Write out exactly the lines of the entries below from the one holding "f 179 123 177" to the one holding "f 113 196 114", inclusive, and leave out all other lines.

*SUPPLIED MATERIAL*:
▼
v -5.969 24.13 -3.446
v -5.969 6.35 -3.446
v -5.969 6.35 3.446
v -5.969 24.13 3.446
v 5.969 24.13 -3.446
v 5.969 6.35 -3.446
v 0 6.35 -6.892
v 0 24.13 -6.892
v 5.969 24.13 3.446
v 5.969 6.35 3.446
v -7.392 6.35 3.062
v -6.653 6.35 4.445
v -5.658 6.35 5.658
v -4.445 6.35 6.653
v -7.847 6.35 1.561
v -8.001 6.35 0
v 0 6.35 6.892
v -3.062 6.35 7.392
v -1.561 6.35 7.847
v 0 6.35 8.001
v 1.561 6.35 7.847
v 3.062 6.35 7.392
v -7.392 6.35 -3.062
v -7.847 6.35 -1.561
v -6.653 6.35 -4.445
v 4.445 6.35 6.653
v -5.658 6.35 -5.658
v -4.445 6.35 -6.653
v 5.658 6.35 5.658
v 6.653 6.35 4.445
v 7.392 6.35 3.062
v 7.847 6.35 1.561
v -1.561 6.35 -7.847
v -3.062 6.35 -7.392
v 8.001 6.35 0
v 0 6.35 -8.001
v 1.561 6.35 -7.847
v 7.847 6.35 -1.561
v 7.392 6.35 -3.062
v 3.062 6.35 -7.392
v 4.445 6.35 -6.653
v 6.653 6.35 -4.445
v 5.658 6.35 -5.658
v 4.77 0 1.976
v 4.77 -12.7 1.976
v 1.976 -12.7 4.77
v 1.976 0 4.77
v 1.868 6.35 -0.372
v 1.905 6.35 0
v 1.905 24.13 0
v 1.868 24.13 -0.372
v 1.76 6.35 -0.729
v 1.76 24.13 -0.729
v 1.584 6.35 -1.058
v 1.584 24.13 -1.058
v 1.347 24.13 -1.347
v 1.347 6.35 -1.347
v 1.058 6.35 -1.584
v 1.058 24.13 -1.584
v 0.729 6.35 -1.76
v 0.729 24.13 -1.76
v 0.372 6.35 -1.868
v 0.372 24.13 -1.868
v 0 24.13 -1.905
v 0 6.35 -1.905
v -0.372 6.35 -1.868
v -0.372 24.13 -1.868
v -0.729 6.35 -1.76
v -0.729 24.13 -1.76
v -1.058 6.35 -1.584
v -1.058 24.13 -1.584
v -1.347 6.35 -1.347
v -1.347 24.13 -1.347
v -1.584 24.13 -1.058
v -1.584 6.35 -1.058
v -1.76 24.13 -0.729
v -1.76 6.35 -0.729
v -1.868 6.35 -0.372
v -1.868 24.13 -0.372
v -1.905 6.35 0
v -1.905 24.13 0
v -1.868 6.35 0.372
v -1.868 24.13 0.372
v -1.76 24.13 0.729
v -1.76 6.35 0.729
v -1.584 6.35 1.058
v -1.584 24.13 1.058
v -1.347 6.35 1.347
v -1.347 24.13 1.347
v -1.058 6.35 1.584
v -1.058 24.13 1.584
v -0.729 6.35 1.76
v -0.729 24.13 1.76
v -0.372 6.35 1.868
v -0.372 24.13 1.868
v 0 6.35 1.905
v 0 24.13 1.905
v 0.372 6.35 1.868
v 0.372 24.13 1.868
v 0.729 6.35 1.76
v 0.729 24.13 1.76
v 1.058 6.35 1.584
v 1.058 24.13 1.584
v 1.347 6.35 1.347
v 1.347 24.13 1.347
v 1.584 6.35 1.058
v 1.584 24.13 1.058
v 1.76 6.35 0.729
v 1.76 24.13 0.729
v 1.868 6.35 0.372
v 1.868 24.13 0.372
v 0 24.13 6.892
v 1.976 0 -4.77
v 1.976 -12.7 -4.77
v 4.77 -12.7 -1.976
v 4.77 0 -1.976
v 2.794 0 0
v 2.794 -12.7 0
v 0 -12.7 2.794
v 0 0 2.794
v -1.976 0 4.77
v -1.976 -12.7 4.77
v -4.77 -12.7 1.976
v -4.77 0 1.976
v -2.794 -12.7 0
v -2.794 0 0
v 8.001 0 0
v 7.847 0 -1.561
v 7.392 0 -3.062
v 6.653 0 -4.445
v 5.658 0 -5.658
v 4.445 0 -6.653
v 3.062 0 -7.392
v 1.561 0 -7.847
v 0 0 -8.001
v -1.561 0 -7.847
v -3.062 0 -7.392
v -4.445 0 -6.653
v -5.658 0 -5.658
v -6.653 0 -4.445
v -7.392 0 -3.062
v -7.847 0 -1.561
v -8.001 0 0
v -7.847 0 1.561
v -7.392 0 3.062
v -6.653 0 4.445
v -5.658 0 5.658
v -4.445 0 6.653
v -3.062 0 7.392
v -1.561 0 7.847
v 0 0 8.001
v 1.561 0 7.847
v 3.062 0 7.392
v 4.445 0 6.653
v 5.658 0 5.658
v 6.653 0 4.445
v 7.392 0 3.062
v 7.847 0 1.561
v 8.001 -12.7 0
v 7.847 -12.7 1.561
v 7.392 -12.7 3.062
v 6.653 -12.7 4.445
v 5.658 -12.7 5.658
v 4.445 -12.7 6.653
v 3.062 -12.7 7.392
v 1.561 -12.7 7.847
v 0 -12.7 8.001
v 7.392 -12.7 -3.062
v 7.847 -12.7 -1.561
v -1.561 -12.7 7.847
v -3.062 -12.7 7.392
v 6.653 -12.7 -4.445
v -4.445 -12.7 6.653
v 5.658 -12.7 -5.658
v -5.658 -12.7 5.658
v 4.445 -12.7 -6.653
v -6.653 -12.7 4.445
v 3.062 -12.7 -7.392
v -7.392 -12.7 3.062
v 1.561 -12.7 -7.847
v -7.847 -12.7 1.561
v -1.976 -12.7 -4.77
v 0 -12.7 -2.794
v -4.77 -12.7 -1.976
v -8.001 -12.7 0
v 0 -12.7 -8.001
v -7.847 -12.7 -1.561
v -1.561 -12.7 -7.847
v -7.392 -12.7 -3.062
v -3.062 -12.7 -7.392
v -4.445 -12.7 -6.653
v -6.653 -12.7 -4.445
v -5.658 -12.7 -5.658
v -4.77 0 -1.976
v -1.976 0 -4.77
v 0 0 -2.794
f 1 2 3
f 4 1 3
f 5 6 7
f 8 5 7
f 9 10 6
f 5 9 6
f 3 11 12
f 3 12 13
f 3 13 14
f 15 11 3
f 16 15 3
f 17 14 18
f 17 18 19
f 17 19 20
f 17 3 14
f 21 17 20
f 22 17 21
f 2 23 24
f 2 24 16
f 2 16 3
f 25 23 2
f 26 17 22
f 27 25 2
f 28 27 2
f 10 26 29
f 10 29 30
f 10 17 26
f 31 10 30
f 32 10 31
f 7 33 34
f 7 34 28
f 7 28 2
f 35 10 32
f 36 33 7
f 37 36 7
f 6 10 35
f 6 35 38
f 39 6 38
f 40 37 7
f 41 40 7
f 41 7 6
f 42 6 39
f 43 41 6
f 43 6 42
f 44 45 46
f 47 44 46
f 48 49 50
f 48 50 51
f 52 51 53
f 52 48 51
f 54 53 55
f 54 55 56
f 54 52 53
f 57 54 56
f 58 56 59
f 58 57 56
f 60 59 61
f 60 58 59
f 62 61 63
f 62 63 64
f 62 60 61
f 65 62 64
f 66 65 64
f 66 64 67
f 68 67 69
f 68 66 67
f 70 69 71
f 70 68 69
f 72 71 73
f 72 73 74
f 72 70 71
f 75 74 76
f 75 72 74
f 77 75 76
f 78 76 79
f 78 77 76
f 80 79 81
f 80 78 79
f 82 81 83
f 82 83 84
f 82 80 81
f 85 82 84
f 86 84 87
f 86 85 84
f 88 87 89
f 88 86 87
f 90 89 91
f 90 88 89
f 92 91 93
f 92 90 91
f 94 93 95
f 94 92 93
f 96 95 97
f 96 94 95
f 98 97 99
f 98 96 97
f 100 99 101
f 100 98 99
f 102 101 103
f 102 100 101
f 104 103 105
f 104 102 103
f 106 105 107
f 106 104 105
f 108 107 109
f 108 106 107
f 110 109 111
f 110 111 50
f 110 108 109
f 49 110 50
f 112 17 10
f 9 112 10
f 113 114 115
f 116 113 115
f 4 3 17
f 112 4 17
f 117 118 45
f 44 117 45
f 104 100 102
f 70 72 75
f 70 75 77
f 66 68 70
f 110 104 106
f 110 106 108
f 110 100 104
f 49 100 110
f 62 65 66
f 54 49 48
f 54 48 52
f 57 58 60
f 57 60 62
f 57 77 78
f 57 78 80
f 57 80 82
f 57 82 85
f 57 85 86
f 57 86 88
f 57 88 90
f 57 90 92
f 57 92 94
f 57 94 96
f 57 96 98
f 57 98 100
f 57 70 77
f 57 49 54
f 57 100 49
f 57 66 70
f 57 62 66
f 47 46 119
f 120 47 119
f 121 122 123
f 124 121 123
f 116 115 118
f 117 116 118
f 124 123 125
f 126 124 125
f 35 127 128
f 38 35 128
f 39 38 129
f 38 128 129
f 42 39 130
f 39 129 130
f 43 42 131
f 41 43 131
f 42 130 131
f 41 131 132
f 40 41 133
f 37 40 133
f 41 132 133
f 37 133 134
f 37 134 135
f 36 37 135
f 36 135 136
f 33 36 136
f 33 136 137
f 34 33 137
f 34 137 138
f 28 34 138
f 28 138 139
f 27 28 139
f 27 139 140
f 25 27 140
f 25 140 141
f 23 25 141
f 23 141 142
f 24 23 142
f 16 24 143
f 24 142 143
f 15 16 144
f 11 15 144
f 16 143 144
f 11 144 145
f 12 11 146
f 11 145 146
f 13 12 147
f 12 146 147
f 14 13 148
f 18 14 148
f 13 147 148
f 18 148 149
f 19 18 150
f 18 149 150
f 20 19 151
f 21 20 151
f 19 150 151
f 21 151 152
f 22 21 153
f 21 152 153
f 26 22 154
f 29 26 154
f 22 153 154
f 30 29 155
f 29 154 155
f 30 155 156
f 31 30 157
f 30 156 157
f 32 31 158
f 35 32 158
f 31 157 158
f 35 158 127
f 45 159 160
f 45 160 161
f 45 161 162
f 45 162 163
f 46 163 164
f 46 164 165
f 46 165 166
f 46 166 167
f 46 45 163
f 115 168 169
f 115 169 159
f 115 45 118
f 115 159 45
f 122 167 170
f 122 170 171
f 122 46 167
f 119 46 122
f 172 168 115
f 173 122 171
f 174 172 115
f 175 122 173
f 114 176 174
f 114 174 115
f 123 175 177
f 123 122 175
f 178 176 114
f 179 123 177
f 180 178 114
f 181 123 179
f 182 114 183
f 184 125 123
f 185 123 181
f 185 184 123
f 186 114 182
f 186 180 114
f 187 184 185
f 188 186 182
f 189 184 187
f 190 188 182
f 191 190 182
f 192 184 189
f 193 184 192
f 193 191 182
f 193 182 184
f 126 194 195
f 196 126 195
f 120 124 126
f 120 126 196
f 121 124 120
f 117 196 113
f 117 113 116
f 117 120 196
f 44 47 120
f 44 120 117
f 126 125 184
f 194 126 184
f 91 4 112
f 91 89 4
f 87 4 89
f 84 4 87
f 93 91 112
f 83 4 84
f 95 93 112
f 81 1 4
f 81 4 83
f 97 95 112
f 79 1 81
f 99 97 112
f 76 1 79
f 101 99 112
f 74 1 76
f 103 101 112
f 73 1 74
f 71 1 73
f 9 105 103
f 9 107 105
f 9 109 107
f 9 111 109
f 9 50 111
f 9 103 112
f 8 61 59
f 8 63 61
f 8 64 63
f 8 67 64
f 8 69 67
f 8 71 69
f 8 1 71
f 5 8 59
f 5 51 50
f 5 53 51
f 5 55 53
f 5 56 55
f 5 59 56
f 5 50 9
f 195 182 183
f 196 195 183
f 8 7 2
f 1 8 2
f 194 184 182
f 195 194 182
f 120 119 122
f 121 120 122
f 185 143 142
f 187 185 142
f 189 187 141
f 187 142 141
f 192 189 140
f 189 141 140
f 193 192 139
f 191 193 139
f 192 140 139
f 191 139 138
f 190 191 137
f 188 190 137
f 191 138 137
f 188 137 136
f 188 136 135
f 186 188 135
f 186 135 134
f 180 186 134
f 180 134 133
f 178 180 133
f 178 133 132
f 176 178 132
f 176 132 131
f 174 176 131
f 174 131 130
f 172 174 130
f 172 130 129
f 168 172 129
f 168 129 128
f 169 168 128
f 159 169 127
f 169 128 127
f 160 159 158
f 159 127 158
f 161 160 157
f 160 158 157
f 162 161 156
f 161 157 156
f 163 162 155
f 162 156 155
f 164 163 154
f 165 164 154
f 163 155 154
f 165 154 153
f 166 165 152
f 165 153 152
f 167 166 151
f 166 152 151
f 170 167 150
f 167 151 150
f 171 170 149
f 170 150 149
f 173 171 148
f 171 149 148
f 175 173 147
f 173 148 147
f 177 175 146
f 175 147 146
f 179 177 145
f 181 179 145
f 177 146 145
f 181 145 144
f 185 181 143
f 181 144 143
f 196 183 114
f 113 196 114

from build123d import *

# Parameters (mm, degrees)
SKETCH1_R           = 8.001
BOSS_EXTRUDE1_DEPTH = 6.35
SKETCH3_R           = 8.001
BOSS_EXTRUDE2_DEPTH = 12.7
CUT_EXTRUDE1_DEPTH  = 12.7
SKETCH11_R          = 1.905
BOSS_EXTRUDE5_DEPTH = 17.78


with BuildPart() as part:
    # Sketch1 → Boss-Extrude1 (new body)
    with BuildSketch(Plane(origin=(0, 0, 0), x_dir=(1, 0, 0), z_dir=(0, 1, 0))):
        Circle(SKETCH1_R)
    extrude(amount=BOSS_EXTRUDE1_DEPTH)

    # Sketch3 → Boss-Extrude2 (add)
    with BuildSketch(Plane(origin=(0, 0, 0), x_dir=(-1, 0, 0), z_dir=(0, -1, 0))):
        Circle(SKETCH3_R)
    extrude(amount=BOSS_EXTRUDE2_DEPTH)

    # Sketch4 → Cut-Extrude1 (cut)
    with BuildSketch(Plane.XZ.offset(12.7)):
        Polygon((8.54e-07, 2.793990901), (-1.975654462, 4.769648278), (-4.769655316, 1.975649132), (-2.794, -8.246e-06), (-4.769655493, -1.975665446), (-1.97565137, -4.769661323), (0, -2.794), (1.975656347, -4.769656347), (4.769656347, -1.975656347), (2.794, 0), (4.76965137, 1.975661323), (1.975647247, 4.7696572), align=None)
    extrude(amount=-CUT_EXTRUDE1_DEPTH, mode=Mode.SUBTRACT)

    # Sketch11 → Boss-Extrude5 (add)
    with BuildSketch(Plane(origin=(0, 6.35, 0), x_dir=(1, 0, 0), z_dir=(0, 1, 0))):
        Polygon((0, 6.892407514), (-5.969, 3.446203757), (-5.969, -3.446203757), (0, -6.892407514), (5.969, -3.446203757), (5.969, 3.446203757), align=None)
        Circle(SKETCH11_R, mode=Mode.SUBTRACT)
    extrude(amount=BOSS_EXTRUDE5_DEPTH)


solid = part.part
▲
*COMPLETED TASK*:
f 179 123 177
f 180 178 114
f 181 123 179
f 182 114 183
f 184 125 123
f 185 123 181
f 185 184 123
f 186 114 182
f 186 180 114
f 187 184 185
f 188 186 182
f 189 184 187
f 190 188 182
f 191 190 182
f 192 184 189
f 193 184 192
f 193 191 182
f 193 182 184
f 126 194 195
f 196 126 195
f 120 124 126
f 120 126 196
f 121 124 120
f 117 196 113
f 117 113 116
f 117 120 196
f 44 47 120
f 44 120 117
f 126 125 184
f 194 126 184
f 91 4 112
f 91 89 4
f 87 4 89
f 84 4 87
f 93 91 112
f 83 4 84
f 95 93 112
f 81 1 4
f 81 4 83
f 97 95 112
f 79 1 81
f 99 97 112
f 76 1 79
f 101 99 112
f 74 1 76
f 103 101 112
f 73 1 74
f 71 1 73
f 9 105 103
f 9 107 105
f 9 109 107
f 9 111 109
f 9 50 111
f 9 103 112
f 8 61 59
f 8 63 61
f 8 64 63
f 8 67 64
f 8 69 67
f 8 71 69
f 8 1 71
f 5 8 59
f 5 51 50
f 5 53 51
f 5 55 53
f 5 56 55
f 5 59 56
f 5 50 9
f 195 182 183
f 196 195 183
f 8 7 2
f 1 8 2
f 194 184 182
f 195 194 182
f 120 119 122
f 121 120 122
f 185 143 142
f 187 185 142
f 189 187 141
f 187 142 141
f 192 189 140
f 189 141 140
f 193 192 139
f 191 193 139
f 192 140 139
f 191 139 138
f 190 191 137
f 188 190 137
f 191 138 137
f 188 137 136
f 188 136 135
f 186 188 135
f 186 135 134
f 180 186 134
f 180 134 133
f 178 180 133
f 178 133 132
f 176 178 132
f 176 132 131
f 174 176 131
f 174 131 130
f 172 174 130
f 172 130 129
f 168 172 129
f 168 129 128
f 169 168 128
f 159 169 127
f 169 128 127
f 160 159 158
f 159 127 158
f 161 160 157
f 160 158 157
f 162 161 156
f 161 157 156
f 163 162 155
f 162 156 155
f 164 163 154
f 165 164 154
f 163 155 154
f 165 154 153
f 166 165 152
f 165 153 152
f 167 166 151
f 166 152 151
f 170 167 150
f 167 151 150
f 171 170 149
f 170 150 149
f 173 171 148
f 171 149 148
f 175 173 147
f 173 148 147
f 177 175 146
f 175 147 146
f 179 177 145
f 181 179 145
f 177 146 145
f 181 145 144
f 185 181 143
f 181 144 143
f 196 183 114
f 113 196 114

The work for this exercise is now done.